Details of the attack against Mattel come from a report by the Associated Press, investigating money laundering and other financial crime in Wenzhou, China.

On April 30, 2015 a finance executive got a note from the newly installed CEO, Christopher Sinclair, requesting a new vendor payment to China. The finance executive didn’t see anything wrong with the request, but checked protocol anyway.

Transfers required approval from two high-ranking managers; she qualified and so did the CEO. The transfer was made. In total, $3 million dollars was wired to the Bank of Wenzhou in China. She mentioned the payment later to Sinclair, who denied making the request.

Mattel contacted law enforcement and their U.S. bank, but were told that it was too late – the money was gone. The thieves had hit Mattel at just the right time. A new CEO had just started and the company was getting ready for massive growth in China, so payments to the nation wouldn’t be out of order.

To further their schemes, according to source who spoke to the Associated Press on the condition that they not be named, the thieves likely did some homework.

Prior to the attack, the person(s) responsible researched how the company operates regarding payments, and mined social media to learn the names of key individuals (as well as compromise corporate email) in order to make the request look as legitimate as possible.

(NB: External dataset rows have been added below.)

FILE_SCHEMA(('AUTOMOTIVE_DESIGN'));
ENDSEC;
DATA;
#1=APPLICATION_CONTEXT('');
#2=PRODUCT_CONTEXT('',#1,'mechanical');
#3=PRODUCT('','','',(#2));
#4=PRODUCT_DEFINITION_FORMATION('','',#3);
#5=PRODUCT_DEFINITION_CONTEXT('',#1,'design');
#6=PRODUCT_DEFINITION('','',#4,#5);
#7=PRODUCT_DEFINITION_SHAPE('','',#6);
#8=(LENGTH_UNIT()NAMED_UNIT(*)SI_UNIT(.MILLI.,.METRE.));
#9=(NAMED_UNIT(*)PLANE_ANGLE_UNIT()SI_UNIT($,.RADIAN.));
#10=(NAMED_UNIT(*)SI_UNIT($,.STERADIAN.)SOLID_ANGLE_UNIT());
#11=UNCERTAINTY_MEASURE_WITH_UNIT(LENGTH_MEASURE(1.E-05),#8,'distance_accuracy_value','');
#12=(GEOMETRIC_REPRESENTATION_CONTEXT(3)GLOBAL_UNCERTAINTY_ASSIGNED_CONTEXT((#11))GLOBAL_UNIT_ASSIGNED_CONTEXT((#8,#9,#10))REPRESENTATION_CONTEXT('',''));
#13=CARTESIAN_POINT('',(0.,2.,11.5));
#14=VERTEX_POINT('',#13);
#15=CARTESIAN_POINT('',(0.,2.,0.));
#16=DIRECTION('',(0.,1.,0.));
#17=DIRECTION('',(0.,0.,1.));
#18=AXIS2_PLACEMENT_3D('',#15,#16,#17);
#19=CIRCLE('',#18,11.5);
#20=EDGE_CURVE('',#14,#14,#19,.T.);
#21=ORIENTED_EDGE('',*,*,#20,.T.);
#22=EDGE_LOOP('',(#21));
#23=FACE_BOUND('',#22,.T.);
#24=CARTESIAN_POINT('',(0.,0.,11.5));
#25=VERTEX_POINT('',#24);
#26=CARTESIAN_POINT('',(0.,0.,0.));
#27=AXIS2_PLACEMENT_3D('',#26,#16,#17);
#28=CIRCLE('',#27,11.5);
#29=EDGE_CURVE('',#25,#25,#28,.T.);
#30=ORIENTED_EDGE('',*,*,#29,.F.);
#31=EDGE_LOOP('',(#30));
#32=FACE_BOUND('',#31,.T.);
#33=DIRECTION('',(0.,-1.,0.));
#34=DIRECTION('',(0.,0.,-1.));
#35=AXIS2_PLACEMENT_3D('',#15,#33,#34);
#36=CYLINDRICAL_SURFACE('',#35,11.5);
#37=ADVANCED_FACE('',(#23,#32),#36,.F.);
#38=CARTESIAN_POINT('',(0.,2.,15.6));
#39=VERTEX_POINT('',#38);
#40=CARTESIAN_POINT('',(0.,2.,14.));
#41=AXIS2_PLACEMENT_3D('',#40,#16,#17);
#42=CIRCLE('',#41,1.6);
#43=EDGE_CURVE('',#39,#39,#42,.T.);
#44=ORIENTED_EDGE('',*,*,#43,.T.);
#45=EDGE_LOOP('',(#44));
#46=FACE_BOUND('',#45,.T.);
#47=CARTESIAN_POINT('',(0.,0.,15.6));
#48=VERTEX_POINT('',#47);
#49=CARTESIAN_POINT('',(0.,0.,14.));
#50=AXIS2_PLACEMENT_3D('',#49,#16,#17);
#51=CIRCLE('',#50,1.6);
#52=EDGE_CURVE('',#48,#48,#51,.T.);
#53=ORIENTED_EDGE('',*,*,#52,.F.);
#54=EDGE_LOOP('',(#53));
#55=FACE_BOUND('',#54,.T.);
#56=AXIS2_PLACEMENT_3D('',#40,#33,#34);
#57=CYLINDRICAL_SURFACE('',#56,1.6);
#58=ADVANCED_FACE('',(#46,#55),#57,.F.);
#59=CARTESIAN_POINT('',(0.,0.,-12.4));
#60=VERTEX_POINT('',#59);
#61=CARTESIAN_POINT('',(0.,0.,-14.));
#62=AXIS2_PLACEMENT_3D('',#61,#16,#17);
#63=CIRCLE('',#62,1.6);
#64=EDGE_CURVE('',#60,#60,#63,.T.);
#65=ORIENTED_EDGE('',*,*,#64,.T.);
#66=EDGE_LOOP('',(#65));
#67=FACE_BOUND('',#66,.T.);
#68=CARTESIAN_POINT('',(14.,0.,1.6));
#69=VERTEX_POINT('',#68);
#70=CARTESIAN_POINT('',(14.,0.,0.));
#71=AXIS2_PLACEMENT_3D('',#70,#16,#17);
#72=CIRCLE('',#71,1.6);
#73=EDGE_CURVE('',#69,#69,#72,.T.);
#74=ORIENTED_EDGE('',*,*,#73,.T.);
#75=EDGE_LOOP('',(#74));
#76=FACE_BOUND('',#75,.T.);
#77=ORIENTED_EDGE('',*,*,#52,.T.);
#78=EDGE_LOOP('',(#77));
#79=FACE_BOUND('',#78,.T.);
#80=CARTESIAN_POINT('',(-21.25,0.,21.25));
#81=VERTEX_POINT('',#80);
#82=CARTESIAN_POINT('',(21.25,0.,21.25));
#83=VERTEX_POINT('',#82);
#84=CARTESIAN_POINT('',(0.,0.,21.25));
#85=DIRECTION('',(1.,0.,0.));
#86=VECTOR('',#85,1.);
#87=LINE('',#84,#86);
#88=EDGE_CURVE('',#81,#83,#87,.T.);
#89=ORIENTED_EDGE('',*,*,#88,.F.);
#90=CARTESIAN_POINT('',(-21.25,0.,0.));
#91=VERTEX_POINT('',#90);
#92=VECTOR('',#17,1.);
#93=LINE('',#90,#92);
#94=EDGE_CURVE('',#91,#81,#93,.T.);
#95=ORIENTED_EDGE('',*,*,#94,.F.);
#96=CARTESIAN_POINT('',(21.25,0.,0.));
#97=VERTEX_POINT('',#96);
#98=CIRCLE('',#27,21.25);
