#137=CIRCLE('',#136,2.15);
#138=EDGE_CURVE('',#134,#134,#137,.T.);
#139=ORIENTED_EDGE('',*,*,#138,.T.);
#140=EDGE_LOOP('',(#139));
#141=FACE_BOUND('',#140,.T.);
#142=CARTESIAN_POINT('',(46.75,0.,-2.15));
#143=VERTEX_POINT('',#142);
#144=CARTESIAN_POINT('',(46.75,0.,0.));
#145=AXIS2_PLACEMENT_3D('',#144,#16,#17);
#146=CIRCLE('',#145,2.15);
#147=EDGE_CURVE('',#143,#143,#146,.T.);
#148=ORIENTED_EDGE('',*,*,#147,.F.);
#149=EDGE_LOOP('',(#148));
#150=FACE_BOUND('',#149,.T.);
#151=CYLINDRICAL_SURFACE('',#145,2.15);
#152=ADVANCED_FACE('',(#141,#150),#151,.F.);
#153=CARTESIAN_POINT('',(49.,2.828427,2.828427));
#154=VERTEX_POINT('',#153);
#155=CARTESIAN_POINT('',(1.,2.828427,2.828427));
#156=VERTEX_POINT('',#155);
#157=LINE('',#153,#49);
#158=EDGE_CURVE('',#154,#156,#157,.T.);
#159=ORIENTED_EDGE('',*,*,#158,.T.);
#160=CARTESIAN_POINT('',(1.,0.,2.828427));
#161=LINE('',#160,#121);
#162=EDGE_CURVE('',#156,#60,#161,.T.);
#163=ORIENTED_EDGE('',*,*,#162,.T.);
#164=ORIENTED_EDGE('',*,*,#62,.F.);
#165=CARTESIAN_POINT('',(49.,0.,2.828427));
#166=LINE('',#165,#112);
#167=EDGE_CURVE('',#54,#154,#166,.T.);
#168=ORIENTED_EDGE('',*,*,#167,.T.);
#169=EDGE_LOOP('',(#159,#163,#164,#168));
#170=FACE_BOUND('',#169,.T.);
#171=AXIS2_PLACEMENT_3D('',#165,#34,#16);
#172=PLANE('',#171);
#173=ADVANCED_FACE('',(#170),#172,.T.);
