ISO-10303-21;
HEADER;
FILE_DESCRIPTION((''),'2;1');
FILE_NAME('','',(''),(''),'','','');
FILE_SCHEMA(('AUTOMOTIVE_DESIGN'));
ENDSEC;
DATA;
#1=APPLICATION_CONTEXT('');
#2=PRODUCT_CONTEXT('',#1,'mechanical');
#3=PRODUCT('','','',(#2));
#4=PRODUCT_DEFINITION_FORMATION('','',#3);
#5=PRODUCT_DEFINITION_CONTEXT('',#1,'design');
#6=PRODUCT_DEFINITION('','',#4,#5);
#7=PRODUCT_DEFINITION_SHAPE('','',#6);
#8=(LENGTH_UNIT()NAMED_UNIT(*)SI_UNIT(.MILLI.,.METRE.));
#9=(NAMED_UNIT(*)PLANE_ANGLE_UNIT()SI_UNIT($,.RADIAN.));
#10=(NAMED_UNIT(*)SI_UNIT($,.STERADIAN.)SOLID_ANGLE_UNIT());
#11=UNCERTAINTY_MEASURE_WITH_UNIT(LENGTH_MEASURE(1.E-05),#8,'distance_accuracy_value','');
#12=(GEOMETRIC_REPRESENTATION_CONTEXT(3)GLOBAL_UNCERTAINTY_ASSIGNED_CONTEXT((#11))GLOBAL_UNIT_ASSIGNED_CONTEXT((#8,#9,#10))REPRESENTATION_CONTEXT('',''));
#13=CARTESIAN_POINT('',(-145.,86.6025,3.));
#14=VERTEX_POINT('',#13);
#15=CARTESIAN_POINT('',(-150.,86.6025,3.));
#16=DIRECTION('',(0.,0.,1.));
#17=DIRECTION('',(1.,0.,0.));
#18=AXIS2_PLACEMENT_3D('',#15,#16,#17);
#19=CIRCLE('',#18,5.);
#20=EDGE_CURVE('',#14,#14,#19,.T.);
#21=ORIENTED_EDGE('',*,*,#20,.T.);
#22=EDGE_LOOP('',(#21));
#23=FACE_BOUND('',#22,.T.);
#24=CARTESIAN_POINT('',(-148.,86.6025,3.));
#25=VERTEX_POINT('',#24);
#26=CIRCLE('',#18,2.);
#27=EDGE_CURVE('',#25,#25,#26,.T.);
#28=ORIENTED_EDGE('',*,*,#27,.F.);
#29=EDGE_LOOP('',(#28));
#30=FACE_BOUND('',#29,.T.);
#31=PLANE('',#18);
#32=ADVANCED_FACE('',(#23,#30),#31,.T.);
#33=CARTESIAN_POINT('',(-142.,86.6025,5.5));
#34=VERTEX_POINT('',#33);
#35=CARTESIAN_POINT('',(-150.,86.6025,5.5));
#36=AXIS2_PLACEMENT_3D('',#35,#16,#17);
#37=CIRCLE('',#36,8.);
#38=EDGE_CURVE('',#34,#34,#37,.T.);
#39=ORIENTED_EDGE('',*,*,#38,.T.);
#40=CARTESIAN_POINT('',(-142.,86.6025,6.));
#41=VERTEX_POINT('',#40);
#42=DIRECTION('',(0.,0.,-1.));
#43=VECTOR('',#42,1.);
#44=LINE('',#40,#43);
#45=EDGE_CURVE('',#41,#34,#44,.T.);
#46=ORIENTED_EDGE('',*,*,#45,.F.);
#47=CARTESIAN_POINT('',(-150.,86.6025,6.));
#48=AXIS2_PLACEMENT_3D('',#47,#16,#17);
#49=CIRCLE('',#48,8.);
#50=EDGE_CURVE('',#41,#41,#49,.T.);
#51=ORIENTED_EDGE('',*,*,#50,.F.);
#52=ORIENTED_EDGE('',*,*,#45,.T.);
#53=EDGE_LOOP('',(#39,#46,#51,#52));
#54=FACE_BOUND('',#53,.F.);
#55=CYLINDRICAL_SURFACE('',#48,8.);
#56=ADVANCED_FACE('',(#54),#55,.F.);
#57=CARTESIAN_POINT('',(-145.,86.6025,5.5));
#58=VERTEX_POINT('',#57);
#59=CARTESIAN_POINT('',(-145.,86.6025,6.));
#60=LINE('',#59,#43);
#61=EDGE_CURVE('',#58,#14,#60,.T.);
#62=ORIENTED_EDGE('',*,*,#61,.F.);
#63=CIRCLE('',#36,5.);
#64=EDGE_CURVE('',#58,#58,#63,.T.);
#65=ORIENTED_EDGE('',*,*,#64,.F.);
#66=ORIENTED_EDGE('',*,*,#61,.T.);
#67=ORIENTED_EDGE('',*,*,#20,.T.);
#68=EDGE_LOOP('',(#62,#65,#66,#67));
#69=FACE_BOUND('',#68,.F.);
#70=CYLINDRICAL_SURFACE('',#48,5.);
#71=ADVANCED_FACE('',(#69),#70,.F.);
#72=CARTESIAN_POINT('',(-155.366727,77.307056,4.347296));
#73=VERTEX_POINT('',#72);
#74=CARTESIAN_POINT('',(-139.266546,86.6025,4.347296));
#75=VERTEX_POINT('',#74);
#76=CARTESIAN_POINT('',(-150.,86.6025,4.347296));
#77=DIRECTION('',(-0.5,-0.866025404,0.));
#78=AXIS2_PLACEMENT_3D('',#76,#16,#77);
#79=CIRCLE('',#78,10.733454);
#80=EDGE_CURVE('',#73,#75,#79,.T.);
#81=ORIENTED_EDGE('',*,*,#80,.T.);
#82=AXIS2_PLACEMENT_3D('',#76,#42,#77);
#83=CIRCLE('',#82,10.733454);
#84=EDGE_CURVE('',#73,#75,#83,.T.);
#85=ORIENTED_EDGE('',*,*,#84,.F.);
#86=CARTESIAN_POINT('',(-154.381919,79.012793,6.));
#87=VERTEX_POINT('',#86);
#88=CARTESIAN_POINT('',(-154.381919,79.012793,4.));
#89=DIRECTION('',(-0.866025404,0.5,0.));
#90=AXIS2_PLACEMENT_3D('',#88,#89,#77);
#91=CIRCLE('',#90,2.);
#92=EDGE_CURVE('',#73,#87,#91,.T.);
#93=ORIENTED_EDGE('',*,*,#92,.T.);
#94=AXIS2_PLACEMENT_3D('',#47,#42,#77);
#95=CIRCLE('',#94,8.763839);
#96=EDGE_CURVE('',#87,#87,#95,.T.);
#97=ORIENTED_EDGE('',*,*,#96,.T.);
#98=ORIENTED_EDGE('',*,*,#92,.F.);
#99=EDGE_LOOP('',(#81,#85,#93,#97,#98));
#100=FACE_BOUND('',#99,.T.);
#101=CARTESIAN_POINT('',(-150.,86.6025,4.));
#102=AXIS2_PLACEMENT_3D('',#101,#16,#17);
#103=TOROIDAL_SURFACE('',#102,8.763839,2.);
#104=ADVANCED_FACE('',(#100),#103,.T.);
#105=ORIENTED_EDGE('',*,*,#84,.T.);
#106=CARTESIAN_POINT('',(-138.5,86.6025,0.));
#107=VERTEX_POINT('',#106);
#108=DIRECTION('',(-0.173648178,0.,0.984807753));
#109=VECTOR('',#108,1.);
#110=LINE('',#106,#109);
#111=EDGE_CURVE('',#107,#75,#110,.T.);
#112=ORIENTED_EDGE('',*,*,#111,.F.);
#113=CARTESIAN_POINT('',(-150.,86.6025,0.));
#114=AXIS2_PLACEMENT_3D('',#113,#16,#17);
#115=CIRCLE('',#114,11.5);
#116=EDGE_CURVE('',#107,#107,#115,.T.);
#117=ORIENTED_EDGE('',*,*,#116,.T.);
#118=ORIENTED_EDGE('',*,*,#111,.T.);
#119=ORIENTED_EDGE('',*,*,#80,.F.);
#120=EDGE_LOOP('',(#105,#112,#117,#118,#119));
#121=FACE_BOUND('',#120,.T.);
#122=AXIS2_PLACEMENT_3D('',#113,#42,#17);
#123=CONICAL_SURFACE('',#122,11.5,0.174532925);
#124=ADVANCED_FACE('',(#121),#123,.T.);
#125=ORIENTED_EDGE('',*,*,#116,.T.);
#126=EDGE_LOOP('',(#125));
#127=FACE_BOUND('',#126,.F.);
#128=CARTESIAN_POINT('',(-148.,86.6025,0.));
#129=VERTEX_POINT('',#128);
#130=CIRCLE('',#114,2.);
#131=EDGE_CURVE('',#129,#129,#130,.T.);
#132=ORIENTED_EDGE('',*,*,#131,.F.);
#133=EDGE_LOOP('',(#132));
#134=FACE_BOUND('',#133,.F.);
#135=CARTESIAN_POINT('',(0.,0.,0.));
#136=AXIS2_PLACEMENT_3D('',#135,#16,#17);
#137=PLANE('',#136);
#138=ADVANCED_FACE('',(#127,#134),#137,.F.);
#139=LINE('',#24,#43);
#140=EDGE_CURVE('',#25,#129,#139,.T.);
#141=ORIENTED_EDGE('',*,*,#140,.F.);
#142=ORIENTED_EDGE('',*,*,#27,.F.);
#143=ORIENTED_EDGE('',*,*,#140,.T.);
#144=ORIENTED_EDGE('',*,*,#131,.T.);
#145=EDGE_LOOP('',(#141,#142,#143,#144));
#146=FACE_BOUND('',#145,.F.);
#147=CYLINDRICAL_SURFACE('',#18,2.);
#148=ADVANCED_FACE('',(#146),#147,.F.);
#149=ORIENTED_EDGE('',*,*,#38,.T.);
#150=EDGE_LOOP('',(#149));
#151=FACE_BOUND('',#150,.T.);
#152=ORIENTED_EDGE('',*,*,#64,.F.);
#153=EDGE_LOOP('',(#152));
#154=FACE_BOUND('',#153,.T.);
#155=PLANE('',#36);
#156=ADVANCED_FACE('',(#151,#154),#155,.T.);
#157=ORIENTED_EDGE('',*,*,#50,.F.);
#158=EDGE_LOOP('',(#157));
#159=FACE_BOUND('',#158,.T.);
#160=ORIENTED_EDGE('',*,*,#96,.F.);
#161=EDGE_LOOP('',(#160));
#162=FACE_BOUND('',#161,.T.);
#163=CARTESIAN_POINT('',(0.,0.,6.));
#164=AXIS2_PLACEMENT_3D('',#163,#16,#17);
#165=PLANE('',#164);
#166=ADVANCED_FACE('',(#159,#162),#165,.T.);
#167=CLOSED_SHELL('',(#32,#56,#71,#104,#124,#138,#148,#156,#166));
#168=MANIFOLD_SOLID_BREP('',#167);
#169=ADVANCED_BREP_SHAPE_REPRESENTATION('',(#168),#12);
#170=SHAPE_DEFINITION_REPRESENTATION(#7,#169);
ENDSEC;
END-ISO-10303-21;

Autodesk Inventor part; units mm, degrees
ref_plane "YZ Plane" through (0, 0, 0) normal (1, 0, 0) x (0, 1, 0)
ref_plane "XZ Plane" through (0, 0, 0) normal (0, 1, 0) x (-1, 0, 0)
ref_plane "XY Plane" through (0, 0, 0) normal (0, 0, 1) x (1, 0, 0)
ref_plane "Work Plane1" through (0, 0, 0) normal (0, 0, 1) x (1, 0, 0)
sketch "Sketch1" plane through (0, 0, 0) normal (0, 0, 1) x (1, 0, 0)
  circle A0 centre (-150, 86.6025) radius 13 projected
  circle A1 centre (0, -173.2051) radius 13 projected
  circle A2 centre (0, -173.2051) radius 11.5
  circle A3 centre (-150, 86.6025) radius 11.5
  circle A4 centre (150, 86.6025) radius 11.5
  circle A5 centre (-150, 86.6025) radius 13 projected
  point P0 (0, 0)
  dimension "d0" = 23
  dimension "d1" = 23
  dimension "d2" = 23
extrude "Extrusion1" add sketch "Sketch1" along normal blind 6 draft -10 contours A3
fillet "Fillet1" radius 2 1 edges at (-160.442, 86.6025, 6)
sketch "Sketch2" plane through (-150, 86.6025, 6) normal (0, 0, 1) x (1, 0, 0)
  circle A0 centre (0, 0) radius 8.7638 projected
  circle A1 centre (0, 0) radius 5
  point P0 (150, -86.6025)
  dimension "d6" = 10
extrude "Extrusion2" cut sketch "Sketch2" against normal blind 3 contours A1
sketch "Sketch3" plane through (-150, 86.6025, 3) normal (0, 0, 1) x (1, 0, 0)
  circle A0 centre (0, 0) radius 5 projected
  circle A1 centre (0, 0) radius 2
  point P0 (150, -86.6025)
  dimension "d9" = 4
extrude "Extrusion3" cut sketch "Sketch3" against normal blind 3 contours A1
sketch "Sketch4" plane through (-150, 86.6025, 6) normal (0, 0, 1) x (1, 0, 0)
  circle A0 centre (0, 0) radius 5 projected
  circle A1 centre (0, 0) radius 8.7638 projected
  circle A2 centre (0, 0) radius 8
  point P0 (150, -86.6025)
  dimension "d12" = 16
extrude "Extrusion4" cut sketch "Sketch4" against normal blind 0.5 contours A2
properties part number "foot" material "Rubber"
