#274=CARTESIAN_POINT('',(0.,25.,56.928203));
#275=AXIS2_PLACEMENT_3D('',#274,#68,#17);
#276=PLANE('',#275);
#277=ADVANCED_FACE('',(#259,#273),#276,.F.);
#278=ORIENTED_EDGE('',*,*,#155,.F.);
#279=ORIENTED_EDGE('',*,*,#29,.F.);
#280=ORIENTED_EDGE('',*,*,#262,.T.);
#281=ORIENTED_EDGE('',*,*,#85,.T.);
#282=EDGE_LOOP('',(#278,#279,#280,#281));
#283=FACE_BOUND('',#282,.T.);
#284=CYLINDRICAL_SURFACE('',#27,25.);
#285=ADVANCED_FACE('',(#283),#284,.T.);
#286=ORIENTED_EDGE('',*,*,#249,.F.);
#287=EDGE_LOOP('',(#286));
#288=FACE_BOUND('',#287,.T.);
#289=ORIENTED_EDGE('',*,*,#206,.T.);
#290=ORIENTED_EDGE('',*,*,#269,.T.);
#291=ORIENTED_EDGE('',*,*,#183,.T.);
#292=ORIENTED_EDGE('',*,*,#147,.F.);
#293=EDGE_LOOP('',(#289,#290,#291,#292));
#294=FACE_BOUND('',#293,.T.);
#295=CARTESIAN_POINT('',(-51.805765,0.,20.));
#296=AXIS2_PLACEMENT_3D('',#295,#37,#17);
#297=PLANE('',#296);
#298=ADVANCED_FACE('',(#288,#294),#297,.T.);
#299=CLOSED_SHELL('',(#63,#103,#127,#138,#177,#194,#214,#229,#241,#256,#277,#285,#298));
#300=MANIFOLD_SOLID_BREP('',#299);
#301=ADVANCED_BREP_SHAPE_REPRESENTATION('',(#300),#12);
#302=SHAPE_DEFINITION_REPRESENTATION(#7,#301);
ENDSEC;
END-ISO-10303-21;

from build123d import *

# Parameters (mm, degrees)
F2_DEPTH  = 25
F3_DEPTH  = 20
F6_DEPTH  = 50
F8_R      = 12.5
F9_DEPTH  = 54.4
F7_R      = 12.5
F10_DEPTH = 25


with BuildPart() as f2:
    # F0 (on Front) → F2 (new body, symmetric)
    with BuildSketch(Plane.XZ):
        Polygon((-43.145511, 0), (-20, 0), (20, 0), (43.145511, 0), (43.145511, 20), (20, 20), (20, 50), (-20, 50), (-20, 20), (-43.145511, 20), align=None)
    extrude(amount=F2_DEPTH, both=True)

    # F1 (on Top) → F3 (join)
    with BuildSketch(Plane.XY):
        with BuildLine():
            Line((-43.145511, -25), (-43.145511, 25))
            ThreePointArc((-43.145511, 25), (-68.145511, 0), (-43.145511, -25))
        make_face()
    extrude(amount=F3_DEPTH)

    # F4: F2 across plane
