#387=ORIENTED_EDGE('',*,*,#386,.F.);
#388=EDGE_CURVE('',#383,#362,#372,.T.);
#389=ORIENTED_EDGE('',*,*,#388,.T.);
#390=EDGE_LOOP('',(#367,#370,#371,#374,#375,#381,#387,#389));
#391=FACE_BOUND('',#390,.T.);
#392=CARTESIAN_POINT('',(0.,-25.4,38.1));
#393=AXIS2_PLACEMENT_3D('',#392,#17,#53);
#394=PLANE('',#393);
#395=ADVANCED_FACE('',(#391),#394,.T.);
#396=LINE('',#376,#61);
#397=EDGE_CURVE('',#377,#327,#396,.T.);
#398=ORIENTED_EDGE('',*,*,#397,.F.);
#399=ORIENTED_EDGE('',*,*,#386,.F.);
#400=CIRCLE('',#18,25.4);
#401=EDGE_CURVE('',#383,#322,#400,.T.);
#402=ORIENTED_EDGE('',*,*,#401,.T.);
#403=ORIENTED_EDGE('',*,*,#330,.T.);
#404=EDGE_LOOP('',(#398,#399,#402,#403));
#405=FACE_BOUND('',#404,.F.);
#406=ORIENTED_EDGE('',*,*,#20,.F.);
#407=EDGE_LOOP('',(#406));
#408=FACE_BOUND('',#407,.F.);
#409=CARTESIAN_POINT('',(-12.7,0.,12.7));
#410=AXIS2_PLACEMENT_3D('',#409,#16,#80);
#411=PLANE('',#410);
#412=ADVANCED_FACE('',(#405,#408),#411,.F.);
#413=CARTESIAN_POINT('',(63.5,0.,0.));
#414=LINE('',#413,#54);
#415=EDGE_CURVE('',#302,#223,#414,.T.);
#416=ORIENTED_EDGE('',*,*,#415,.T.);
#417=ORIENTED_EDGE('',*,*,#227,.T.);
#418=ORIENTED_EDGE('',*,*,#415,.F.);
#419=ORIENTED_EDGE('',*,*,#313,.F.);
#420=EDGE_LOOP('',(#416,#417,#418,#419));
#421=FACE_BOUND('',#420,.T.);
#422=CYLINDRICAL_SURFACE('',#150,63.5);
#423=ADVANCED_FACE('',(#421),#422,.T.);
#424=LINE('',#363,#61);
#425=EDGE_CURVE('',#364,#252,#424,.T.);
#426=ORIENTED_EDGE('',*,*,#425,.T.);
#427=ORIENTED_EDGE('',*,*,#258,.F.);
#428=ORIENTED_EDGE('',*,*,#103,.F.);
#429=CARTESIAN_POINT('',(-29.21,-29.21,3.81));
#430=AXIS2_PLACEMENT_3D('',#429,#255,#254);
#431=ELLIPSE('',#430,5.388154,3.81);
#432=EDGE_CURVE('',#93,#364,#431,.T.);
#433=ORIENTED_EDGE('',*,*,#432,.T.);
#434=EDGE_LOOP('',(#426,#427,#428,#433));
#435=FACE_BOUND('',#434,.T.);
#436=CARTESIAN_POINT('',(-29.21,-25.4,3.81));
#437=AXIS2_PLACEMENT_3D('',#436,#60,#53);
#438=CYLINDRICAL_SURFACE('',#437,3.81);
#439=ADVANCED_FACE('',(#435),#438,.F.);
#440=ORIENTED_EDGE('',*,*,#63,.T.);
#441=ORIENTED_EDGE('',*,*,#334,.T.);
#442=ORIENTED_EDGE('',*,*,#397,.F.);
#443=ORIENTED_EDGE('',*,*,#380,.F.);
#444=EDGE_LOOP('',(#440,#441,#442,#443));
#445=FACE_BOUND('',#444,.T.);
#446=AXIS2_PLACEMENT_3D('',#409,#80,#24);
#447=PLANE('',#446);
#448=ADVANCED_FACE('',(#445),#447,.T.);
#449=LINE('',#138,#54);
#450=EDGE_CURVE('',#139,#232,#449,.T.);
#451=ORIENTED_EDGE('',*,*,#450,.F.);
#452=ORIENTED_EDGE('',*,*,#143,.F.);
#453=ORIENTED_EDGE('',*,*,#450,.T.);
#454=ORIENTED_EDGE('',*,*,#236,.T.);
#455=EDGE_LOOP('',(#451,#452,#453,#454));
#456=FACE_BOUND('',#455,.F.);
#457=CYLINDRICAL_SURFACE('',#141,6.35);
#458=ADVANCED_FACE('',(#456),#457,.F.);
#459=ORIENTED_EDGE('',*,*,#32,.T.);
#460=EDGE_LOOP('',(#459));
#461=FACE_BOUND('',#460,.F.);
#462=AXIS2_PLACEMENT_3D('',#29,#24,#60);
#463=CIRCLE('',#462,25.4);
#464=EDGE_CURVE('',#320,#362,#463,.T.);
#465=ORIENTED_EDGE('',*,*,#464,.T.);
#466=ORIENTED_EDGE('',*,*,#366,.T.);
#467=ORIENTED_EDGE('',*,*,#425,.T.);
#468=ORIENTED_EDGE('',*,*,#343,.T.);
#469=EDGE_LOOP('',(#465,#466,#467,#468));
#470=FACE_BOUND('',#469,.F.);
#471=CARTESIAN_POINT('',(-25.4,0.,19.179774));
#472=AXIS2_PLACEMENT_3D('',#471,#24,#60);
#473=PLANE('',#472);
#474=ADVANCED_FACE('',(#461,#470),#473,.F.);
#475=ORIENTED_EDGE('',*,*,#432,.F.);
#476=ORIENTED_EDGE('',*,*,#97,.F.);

But Mattel got lucky. May 1 was a banking holiday in China. The following Monday they were able to get assistance from local law enforcement and banking officials to freeze the account that held the stolen funds. Two days later, the money was recovered.

There have been a number of high-profile Phishing attacks against corporations over the last few years. At first, the target was wire payments, and as the Associated Press discovered, most of the money stolen in those cases are sent to Wenzhou, China.

But the latest scams target an organization’s employees, seeking W-2 records that enable tax fraud and identity theft.

In the first quarter of 2016 alone, more than three dozen organizations have been targeted by scammers Phishing for W-2 records or similar employment details, such as salary information, withholding details, and PII (Personally Identifiable Information).

“Business email fraud is the latest phishing tactic being used against companies by cyber attackers and it’s successful because it’s easy to do and it works. Despite all the awareness campaigns, people still fall for phishing attacks, especially if they impersonate someone they know,” said Oren Falkowitz, co-founder and CEO of startup Area 1 Security.

“We are only going to see social engineering targeting corporate employees grow and education won’t stop it. The industry needs to have a greater focus on taking effective action to stop these threats from reaching the end user in the first place.”